# Anglo claims Quinn family sold €19m Russian property for about €2,500



## DerKaiser (31 Mar 2012)

[broken link removed]

_Mr Quinn also said, because of the way Anglo had acted towards the Quinn family, they had tried to provide as little information as possible to it about matters related to their international property group (IPG)._

This really makes my blood boil.  The whole family are a shower of gombeens with no appreciation of or remorse for the damage they and their ilk have done to the country.


----------



## Bronte (2 Apr 2012)

DerKaiser said:


> This really makes my blood boil. The whole family are a shower of gombeens with no appreciation of or remorse for the damage they and their ilk have done to the country.


 
I thought Anglo were the bad boys, did I get that wrong, those poor innocent Quinns who provided so much employment in Cavan and are being pursued by those nasty bankers.  Sure he only had bets on the cards for a few quid, he's not a gambling man, he wouldn't have gambled on a bank now, these evil bankers are lying, he's a decent man, he should have been left in charge and we'd all be better off.


----------



## DerKaiser (2 Apr 2012)

Bronte said:


> I thought Anglo were the bad boys, did I get that wrong, those poor innocent Quinns who provided so much employment in Cavan and are being pursued by those nasty bankers. Sure he only had bets on the cards for a few quid, he's not a gambling man, he wouldn't have gambled on a bank now, these evil bankers are lying, he's a decent man, he should have been left in charge and we'd all be better off.


 
Sure he's only a farmer's son.

There are plenty of people who would be fooled into forgetting those "Anglo Bankers" are working on our behalf these days. The last person to accept any blame seems to be the person who's not paying back the money.


----------



## elcato (2 Apr 2012)

On top of that, the nephew gave the 'Ivor Callelly Defence' during the week as well.
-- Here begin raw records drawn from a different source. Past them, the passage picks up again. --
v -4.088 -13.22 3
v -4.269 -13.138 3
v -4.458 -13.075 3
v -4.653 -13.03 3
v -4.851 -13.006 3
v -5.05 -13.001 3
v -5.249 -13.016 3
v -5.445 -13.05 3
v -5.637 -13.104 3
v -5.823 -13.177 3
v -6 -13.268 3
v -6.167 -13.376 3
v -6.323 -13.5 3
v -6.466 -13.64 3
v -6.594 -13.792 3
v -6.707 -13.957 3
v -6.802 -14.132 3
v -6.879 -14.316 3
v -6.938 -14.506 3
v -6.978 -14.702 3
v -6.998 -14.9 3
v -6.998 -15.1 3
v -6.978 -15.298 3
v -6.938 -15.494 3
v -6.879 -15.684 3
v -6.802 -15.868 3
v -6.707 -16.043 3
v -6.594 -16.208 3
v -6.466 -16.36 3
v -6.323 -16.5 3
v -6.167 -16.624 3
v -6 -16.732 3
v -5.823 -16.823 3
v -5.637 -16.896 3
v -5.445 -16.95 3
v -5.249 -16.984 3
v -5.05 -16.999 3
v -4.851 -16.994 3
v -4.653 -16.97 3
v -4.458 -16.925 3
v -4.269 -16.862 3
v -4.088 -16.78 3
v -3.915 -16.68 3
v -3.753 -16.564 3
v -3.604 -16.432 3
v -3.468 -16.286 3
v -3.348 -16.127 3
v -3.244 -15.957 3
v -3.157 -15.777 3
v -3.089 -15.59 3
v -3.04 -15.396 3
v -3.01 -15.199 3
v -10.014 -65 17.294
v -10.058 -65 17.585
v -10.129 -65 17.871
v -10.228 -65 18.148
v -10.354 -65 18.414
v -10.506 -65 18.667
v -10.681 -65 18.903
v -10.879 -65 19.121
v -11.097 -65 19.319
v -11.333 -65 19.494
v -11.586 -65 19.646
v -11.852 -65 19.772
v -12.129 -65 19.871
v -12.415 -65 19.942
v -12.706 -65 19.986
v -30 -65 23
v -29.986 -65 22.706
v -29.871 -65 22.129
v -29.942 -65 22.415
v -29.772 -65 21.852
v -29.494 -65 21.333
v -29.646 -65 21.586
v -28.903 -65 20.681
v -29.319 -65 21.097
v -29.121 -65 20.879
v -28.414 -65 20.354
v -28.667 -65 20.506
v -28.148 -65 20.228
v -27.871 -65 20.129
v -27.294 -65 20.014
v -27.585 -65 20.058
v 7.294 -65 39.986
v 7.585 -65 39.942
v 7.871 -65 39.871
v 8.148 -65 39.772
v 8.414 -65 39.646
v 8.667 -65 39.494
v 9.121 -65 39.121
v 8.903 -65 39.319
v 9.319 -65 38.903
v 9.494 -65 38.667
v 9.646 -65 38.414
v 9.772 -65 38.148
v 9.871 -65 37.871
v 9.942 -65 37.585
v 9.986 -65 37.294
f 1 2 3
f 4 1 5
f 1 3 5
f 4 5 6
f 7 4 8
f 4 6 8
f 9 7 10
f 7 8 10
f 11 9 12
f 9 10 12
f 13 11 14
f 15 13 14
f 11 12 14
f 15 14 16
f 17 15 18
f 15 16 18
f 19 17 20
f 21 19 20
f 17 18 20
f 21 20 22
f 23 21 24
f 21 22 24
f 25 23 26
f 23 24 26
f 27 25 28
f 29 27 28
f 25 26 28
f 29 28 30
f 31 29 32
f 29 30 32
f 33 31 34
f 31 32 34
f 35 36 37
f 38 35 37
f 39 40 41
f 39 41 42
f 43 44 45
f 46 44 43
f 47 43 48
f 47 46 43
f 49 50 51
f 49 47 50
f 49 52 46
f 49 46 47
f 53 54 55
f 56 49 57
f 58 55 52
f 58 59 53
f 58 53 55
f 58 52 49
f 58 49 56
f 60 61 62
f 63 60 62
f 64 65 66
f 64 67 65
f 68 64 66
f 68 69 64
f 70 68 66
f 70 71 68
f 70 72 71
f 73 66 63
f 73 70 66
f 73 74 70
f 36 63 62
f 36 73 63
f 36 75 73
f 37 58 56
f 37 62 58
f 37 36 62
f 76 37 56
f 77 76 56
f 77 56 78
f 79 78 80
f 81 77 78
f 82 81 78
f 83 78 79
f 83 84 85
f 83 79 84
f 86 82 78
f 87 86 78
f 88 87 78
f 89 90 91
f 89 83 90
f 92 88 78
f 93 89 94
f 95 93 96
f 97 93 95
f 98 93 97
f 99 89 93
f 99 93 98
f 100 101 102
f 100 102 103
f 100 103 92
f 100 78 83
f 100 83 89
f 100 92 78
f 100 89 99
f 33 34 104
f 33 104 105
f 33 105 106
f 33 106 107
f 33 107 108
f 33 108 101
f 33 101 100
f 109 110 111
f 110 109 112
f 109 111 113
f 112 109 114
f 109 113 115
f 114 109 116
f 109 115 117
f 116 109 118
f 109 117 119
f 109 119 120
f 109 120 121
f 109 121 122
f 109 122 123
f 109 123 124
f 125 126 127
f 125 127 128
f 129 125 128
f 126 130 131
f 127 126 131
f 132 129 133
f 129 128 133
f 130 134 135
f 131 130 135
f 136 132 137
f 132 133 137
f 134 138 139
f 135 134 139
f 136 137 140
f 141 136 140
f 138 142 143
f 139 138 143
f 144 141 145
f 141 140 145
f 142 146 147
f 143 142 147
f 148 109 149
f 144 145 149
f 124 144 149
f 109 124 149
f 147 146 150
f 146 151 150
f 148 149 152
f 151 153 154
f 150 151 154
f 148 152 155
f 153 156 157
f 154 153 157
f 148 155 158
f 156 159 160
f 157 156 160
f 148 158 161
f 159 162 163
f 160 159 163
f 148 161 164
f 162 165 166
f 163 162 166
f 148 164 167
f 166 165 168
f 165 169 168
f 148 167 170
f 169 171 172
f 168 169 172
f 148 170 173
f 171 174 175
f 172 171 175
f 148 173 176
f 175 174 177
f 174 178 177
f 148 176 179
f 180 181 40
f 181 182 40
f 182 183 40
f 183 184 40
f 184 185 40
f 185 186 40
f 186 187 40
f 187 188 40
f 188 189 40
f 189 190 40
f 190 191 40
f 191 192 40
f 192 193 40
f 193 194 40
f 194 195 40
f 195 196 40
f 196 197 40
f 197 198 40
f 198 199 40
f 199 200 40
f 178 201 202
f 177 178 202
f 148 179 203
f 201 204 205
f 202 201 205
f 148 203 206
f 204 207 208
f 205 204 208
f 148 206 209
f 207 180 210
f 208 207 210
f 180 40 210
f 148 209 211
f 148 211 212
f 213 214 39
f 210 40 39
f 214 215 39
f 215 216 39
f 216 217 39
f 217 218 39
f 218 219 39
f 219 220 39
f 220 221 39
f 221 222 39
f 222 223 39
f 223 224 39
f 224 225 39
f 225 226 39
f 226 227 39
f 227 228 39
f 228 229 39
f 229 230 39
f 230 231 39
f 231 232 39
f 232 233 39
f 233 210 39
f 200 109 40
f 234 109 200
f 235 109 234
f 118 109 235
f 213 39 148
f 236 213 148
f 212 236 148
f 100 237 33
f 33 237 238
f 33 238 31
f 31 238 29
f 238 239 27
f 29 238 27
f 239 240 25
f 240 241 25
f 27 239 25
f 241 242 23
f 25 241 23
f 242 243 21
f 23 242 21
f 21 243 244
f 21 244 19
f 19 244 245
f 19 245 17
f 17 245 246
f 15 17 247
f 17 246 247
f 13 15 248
What we did was _immoral _but _legally _we did nothing wrong.
From todays IT



> What the Quinns were doing in Russia was “wrong and unethical” he said, but it did not break the law.


----------



## Bronte (3 Apr 2012)

elcato said:


> . What we did was _immoral _but _legally _we did nothing wrong.


 
Another wow today ! Who brings up people to be immoral.  And it's alright because it's legal.  I suppose where money is concerned immoral is not relevant.


----------



## Brendan Burgess (3 Apr 2012)

Folks

As this case is ongoing, I am not sure that continued discussion is appropriate.  

Brendan


----------